Mutuals are fighting back

The tide may be turning against carpet-baggers as societies woo new customers, says Dan Gledhill

It used to be said there was no such thing as a free lunch, but the wave of demutualisations in the past few years has put paid to that idea. Thousands of investors, who carpet-bagged conversion after conversion, have gorged themselves on the fruits of their windfalls. All they had to do was deposit as little as pounds 100 with the relevant mutual society and wait for the thousands to roll in. And anyone hungry for yet another course has the likely demutualisation of the Bradford & Bingley - among others - to look forward to.

But this gratis greedfest has left a bitter taste in the mouth and now the leftovers of the mutual sector are fighting back. Some customers of converted building societies, such as the Halifax and Abbey National, complain they are being penalised by the need of their banks to satisfy greedy shareholders. Many have voted with their feet by pocketing their windfalls and promptly taking their business back to remaining mutuals like the Nationwide and Britannia.

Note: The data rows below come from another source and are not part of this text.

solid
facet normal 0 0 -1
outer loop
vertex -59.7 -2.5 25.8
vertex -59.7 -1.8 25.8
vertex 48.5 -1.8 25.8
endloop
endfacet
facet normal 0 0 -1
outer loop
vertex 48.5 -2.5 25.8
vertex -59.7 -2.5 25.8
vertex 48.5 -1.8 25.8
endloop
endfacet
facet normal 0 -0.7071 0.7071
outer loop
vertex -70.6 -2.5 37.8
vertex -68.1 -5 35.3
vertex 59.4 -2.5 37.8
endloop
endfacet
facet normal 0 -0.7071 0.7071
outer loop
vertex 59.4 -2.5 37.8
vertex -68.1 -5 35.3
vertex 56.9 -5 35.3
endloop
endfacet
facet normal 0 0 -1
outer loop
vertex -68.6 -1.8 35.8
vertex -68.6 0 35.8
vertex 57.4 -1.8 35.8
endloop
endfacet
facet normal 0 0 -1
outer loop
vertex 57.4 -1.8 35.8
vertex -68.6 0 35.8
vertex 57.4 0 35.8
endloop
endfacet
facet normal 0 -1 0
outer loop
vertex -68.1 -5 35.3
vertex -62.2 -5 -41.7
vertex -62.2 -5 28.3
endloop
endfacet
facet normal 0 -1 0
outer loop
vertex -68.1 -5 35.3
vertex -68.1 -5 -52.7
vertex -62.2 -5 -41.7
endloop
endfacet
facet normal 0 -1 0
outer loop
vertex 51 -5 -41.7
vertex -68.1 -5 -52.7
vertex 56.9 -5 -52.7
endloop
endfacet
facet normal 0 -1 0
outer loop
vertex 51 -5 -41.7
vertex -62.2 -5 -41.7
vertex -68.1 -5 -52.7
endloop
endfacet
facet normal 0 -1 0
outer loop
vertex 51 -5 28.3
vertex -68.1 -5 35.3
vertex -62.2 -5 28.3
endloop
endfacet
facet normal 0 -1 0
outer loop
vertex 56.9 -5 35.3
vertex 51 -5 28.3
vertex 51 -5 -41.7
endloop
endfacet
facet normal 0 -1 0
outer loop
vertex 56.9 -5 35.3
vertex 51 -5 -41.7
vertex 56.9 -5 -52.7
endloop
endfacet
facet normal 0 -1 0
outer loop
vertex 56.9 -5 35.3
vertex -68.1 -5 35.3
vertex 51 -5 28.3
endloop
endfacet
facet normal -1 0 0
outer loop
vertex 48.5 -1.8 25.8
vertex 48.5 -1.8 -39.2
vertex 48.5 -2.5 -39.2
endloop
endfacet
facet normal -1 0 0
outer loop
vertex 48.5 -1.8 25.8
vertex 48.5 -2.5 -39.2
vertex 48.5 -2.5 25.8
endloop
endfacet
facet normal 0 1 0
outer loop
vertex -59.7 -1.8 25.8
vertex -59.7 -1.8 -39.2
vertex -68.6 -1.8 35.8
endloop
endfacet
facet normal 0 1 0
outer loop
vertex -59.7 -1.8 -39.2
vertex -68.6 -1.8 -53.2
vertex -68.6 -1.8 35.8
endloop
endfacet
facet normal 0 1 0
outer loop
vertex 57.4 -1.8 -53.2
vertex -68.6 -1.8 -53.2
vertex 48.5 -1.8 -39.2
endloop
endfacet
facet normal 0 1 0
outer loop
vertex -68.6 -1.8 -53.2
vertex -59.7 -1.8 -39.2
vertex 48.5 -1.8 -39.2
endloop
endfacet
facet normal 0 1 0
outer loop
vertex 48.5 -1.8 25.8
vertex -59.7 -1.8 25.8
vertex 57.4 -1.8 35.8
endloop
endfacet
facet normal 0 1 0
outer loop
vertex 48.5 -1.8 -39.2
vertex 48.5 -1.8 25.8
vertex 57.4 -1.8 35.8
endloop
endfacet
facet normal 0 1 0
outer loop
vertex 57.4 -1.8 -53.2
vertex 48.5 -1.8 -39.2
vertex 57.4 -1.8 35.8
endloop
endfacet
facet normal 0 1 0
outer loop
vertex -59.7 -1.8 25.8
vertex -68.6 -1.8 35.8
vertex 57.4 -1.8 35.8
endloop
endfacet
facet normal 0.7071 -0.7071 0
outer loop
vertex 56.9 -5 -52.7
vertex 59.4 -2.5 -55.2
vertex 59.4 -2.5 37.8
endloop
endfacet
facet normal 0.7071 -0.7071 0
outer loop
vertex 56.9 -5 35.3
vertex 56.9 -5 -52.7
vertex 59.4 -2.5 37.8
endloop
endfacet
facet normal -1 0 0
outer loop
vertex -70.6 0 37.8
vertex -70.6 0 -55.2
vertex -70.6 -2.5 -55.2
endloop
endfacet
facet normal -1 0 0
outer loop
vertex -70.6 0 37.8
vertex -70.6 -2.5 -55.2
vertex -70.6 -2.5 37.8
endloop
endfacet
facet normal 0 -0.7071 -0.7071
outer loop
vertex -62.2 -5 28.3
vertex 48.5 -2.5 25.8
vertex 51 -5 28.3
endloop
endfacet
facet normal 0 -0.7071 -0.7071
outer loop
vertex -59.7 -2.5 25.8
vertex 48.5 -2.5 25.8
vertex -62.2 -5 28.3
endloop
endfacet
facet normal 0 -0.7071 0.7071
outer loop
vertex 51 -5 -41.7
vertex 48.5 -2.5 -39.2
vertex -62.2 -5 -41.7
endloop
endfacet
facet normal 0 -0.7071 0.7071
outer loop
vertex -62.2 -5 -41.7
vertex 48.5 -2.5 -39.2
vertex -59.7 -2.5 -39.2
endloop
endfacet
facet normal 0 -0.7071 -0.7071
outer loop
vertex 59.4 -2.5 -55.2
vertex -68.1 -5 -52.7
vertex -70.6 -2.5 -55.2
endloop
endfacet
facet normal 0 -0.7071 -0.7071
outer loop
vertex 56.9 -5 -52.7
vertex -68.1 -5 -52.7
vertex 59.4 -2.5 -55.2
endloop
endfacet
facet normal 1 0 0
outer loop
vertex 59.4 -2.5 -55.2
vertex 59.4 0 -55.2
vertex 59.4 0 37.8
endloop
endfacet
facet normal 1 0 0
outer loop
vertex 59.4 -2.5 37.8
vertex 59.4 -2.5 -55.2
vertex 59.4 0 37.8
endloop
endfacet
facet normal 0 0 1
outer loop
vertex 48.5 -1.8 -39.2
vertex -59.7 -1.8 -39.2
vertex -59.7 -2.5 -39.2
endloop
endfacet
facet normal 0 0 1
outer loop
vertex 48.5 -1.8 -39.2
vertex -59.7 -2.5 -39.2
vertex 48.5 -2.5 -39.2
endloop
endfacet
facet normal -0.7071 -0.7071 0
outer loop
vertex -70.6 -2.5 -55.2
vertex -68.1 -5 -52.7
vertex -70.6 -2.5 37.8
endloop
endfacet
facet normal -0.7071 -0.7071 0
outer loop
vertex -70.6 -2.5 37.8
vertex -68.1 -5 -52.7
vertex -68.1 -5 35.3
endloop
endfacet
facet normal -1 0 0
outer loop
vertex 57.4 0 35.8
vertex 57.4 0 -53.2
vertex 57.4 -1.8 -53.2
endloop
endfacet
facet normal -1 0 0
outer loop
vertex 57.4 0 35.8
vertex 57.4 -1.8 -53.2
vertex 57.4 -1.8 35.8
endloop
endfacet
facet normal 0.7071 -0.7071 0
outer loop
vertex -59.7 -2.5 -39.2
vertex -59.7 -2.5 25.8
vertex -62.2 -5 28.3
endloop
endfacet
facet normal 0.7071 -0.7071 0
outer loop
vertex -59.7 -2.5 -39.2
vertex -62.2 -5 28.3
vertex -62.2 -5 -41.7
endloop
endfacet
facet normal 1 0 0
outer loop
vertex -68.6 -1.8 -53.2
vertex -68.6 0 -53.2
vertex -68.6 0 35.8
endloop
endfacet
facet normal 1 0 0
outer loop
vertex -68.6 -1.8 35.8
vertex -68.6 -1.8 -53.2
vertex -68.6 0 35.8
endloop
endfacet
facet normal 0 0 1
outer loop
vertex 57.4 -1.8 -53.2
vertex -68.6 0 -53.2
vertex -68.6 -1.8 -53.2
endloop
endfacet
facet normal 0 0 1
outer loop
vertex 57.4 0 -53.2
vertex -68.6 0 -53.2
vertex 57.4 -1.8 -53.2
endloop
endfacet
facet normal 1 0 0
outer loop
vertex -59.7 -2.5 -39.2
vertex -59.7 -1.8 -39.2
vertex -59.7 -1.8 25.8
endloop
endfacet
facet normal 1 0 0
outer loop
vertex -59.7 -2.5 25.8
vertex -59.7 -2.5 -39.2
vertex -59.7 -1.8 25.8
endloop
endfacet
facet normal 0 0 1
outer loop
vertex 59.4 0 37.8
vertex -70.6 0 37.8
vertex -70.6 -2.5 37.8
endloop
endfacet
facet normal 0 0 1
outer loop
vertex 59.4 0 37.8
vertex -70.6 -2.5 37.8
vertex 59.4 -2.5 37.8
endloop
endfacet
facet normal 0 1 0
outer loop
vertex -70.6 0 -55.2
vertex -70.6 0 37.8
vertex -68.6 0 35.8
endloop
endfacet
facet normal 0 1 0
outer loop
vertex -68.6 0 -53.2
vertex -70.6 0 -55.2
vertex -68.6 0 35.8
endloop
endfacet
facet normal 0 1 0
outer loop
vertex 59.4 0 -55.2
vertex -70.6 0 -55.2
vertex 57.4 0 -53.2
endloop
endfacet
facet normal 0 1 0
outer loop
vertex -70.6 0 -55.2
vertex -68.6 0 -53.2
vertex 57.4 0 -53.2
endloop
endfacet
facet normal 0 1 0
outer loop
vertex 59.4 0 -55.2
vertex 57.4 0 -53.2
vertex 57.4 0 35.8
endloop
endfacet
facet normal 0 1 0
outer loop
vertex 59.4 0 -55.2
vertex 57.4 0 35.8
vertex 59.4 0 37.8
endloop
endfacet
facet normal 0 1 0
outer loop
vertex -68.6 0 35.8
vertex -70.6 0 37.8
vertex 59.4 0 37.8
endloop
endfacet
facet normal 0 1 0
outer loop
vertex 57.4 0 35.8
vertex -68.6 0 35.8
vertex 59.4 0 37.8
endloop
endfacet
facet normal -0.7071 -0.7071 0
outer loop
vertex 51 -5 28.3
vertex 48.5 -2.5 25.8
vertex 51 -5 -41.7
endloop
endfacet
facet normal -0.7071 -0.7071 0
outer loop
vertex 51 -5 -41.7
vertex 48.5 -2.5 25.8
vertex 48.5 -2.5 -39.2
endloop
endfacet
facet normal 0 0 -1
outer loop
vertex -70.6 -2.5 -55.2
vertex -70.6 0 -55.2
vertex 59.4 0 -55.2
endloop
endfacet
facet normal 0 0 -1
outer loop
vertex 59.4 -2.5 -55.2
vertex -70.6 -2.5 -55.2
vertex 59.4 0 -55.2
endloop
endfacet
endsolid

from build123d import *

# Parameters (mm, degrees)
F0_W     = 130
F0_H     = 93
F3_DEPTH = 5
F1_W     = 126
F1_H     = 89
F4_DEPTH = 1.8
F2_W     = 108.2
F2_H     = 65
F5_DEPTH = 25
F6_SIZE  = 2.5


with BuildPart() as f3:
    # F0 (on Front) → F3 (new body)
    with BuildSketch(Plane.XZ):
        with Locations((-5.6, -8.7)):
            Rectangle(F0_W, F0_H)
    extrude(amount=F3_DEPTH)

    # F1 (on face) → F4 (cut)
    with BuildSketch(Plane.XZ):
        with Locations((-5.6, -8.7)):
            Rectangle(F1_W, F1_H)
    extrude(amount=F4_DEPTH, mode=Mode.SUBTRACT)

    # F2 (on face) → F5 (cut)
    with BuildSketch(Plane.XZ):
        with Locations((-5.6, -6.7)):
            Rectangle(F2_W, F2_H)
    extrude(amount=F5_DEPTH, mode=Mode.SUBTRACT)

    # F6
    f6_edges = [f3.edges().sort_by_distance(p)[0] for p in [
        (-5.6, -5, 25.8),
        (-59.7, -5, -6.7),
        (48.5, -5, -6.7),
        (-5.6, -5, -39.2),
        (-70.6, -5, -8.7),
        (-5.6, -5, -55.2),
        (-5.6, -5, 37.8),
        (59.4, -5, -8.7),
    ]]
    chamfer(f6_edges, length=F6_SIZE)


solid = f3.part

Elsewhere, the head of the John Lewis Partnership has mounted a spirited defence of the department store group's mutual status in the face of workers baying for pounds 100,000 windfalls that demutualisation could bring. Could it be that the AA, which last week was sold to Centrica, will go down as the last great demutualisation?

The evidence is strong that, in spite of all the defections, the mutual sector is in rude health. That was the conclusion of Charles Leadbeater and Ian Christie, members of the left-wing think-tank Demos, who recently published a book called To Our Mutual Advantage. They estimated that organisations owned by their members had a combined annual turnover of pounds 25bn and employed 250,000 people. The sector encompasses activities as diverse as child care and Neighbourhood Watch, but it is in the arena of building societies where the arguments for and against mutuality have been propounded.

It is a debate where the pro-demutualisers have held sway. Since 1989, when Abbey National set the ball rolling, a series of building societies have surrendered their mutual status. Those 10 years have provided ample opportunity for the benefits of demutualisation to be identified, but the signs point the other way. Figures from the Building Societies Association suggest mutuals are increasing their share of mortgage lending.

David Holmes, a spokesman for the mutual Yorkshire building society, says: "We decided demutualisation would mean mortgage rates going up and savings rates going down because when you float you have to pay out pounds 35 in every pounds 100 in dividends."

Brian Davis, chief executive of the Nationwide building society, says: "We're picking up a lot of business because we can offer lower prices, but there's more to it than that. Our motivation is not to be money-grabbing. Unlike plcs, we don't get patted on the back by shareholders if we make more money."

It is not an argument which the convertors would accept but the mutuals are eager to ram it home. On Friday, the Nationwide threatened to sue Barclays unless it rescinded a plan to charge the customers of other banks pounds 1 for using Barclays cash machines. Nationwide was fighting this cause for its members, the mutual proclaimed, unlike Barclays which only cares about shareholders.

Just a publicity stunt, maybe, but the Nationwide's stance reflects the growing confidence among mutuals that they are winning the argument. This is bolstered by knowing mutuals are no longer sitting ducks. Like several other building societies, the Nationwide has created a charitable foundation so that would-be carpet-baggers would have to give their demutualisation windfalls to charity. Nationwide's status has been strengthened by the adoption of higher voting thresholds.

Mr Davis, who carries the baggage of the Nationwide's 150- year history, is conscious of the burden of posterity. Mutuals exist not just for the benefit of current members but also for future ones, so the moral justification for one generation cashing in at the ex-pense of the next is questionable.

"It makes you wonder if you can join an organisation by depositing pounds 100, then get it back plus pounds 1,000, when the fact is that it destroys that organisation and deprives your kids of it," he says. "I can see why people are tempted, but you shouldn't just destroy it for a one-off gain."

History is preying on the mind of Sir Stuart Hampson, who took over the top job at John Lewis from a member of the founding family. Sir Stuart's commitment to public service is evident in his defence of the group's unfashionable structure. "Being a partnership means that you offer something different in terms of employing your partners," he says. "They are not mercenaries, but citizens."

Despite last week's announcement of a 22 per cent profits slump, he believes that the company is well-served by worker ownership: "Customers see the involvement of our staff and feel there is a quality of trust and integrity, fairness and care."

His argument seems to be prevailing. Paul Fineman, who works for Peter Jones in London's Sloane Square, has tabled a resolution about John Lewis's structure at tomorrow's meeting of the company's central council, but the signs are the status quo will be endorsed. Not even the lure of pounds 100,000 windfalls for each of John Lewis's 40,000 staff would appear to be enough to persuade them.

It may be that the resurgence of the mutual is a dead cat bounce. Normal service may be resumed next year when members of the Bradford & Bingley decide its future. But there are signs that the remaining mutuals will be ready for the next onslaught.